Records from a collection
---------------

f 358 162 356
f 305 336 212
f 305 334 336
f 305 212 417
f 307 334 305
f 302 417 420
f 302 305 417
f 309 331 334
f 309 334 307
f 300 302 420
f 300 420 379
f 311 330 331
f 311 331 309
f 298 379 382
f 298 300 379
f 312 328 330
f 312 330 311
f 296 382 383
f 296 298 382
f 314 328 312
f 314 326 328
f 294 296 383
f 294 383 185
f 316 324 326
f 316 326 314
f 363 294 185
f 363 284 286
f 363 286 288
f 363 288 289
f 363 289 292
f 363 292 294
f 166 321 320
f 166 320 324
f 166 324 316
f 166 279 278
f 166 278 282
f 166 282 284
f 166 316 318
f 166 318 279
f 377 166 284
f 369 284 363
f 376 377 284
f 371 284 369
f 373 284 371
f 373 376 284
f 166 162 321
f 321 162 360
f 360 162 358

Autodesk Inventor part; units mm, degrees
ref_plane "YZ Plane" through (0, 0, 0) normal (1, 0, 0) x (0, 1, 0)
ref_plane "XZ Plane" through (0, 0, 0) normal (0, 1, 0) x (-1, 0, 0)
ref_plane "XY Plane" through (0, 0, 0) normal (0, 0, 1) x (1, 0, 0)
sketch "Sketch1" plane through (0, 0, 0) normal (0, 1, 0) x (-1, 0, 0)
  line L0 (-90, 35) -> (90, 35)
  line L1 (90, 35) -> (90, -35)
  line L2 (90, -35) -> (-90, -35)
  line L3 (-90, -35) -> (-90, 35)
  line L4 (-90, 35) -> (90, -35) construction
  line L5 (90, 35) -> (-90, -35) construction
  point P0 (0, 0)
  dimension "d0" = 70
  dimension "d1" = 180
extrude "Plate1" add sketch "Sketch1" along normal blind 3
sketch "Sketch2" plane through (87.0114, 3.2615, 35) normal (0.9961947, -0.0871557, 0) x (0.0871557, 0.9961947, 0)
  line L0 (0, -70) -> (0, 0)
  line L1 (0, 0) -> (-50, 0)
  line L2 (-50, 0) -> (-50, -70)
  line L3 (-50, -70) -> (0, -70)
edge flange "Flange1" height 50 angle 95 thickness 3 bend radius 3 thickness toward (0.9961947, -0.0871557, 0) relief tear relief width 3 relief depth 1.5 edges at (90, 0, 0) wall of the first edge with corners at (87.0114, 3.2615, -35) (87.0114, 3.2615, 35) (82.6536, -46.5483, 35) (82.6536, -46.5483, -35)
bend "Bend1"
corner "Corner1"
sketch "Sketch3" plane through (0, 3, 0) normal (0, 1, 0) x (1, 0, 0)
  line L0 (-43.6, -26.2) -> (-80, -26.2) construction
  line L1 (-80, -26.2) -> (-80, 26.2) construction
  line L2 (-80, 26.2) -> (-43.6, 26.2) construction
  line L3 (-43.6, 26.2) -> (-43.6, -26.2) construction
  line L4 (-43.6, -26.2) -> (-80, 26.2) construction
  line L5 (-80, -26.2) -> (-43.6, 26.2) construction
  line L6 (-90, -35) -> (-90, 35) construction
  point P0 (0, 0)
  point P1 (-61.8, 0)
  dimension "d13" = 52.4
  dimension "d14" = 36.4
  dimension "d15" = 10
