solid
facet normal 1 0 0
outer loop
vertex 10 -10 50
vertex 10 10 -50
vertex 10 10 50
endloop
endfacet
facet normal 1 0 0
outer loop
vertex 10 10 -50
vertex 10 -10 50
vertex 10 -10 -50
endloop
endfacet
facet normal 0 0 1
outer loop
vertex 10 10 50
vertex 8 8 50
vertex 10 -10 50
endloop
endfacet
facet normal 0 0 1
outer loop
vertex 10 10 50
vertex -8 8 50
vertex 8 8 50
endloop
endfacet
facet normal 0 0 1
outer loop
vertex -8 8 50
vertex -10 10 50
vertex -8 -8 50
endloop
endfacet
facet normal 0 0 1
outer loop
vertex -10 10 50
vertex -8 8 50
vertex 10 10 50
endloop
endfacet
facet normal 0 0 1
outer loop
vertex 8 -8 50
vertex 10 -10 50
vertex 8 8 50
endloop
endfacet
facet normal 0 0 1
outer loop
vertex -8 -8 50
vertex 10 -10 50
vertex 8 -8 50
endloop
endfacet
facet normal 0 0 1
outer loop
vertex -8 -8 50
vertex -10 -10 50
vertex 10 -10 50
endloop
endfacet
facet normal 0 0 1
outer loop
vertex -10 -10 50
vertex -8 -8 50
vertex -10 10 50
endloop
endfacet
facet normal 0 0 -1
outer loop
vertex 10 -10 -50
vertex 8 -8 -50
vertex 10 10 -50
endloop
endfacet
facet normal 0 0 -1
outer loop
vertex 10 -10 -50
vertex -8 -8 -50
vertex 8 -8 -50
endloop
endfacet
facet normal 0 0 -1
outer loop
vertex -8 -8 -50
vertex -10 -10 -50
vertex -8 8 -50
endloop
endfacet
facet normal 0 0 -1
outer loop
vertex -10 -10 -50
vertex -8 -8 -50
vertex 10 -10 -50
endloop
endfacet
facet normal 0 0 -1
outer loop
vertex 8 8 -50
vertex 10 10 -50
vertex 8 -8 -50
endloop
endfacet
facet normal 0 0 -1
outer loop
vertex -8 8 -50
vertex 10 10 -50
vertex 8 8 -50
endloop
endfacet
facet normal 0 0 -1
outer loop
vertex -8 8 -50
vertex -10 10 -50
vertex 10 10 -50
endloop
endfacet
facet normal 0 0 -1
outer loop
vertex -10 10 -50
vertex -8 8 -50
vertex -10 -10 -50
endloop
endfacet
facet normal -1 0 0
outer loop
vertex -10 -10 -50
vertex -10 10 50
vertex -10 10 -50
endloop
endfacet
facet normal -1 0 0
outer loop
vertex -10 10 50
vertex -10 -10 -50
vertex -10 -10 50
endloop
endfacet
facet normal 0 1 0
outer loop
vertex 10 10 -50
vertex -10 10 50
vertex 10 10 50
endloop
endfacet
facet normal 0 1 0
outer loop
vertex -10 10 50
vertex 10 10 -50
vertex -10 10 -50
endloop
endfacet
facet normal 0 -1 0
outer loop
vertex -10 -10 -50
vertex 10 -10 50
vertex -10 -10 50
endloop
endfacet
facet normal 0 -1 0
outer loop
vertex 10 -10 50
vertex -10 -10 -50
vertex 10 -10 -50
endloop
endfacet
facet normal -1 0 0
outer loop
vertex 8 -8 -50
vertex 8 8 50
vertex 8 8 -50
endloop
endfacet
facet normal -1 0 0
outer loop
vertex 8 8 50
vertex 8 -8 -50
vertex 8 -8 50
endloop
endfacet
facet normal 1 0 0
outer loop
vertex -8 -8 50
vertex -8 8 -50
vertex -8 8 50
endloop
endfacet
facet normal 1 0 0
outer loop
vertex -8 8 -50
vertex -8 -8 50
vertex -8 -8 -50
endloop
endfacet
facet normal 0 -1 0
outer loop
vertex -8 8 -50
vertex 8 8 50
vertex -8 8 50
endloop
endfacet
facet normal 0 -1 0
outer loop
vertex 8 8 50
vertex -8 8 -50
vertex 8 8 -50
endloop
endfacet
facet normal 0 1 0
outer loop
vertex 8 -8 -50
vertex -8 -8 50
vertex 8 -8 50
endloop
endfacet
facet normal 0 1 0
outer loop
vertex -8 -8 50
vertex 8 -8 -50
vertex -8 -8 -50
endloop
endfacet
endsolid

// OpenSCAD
// Aluminium rectangular box section 20mm x 20mm x 2mm

outer_width_mm     = 20;   //[10:40:1]
outer_height_mm    = 20;   //[10:40:1]
wall_thickness_mm  = 2;    //[1:6:0.5]
length_mm          = 100;  //[50:300:1]
overlap_mm         = 1;    //[0.5:2:0.5]

module box_section(ow, oh, t, L, overlap=1) {
    // Ensure valid wall thickness
    t_eff = min(t, ow/2 - 0.01, oh/2 - 0.01);

    iw = ow - 2*t_eff;
    ih = oh - 2*t_eff;

    // Inner void is longer so it cleanly cuts through both ends
    inner_L = L + 2*overlap;

    color("Silver")
    difference() {
        cube([ow, oh, L], center=true);
        cube([iw, ih, inner_L], center=true);
    }
}

box_section(outer_width_mm, outer_height_mm, wall_thickness_mm, length_mm, overlap_mm);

---------------

Work task
Each line from the top of the records above through the line containing "f 316 326 314" needs to be transcribed exactly, and no line after it.

Solution
f 358 162 356
f 305 336 212
f 305 334 336
f 305 212 417
f 307 334 305
f 302 417 420
f 302 305 417
f 309 331 334
f 309 334 307
f 300 302 420
f 300 420 379
f 311 330 331
f 311 331 309
f 298 379 382
f 298 300 379
f 312 328 330
f 312 330 311
f 296 382 383
f 296 298 382
f 314 328 312
f 314 326 328
f 294 296 383
f 294 383 185
f 316 324 326
f 316 326 314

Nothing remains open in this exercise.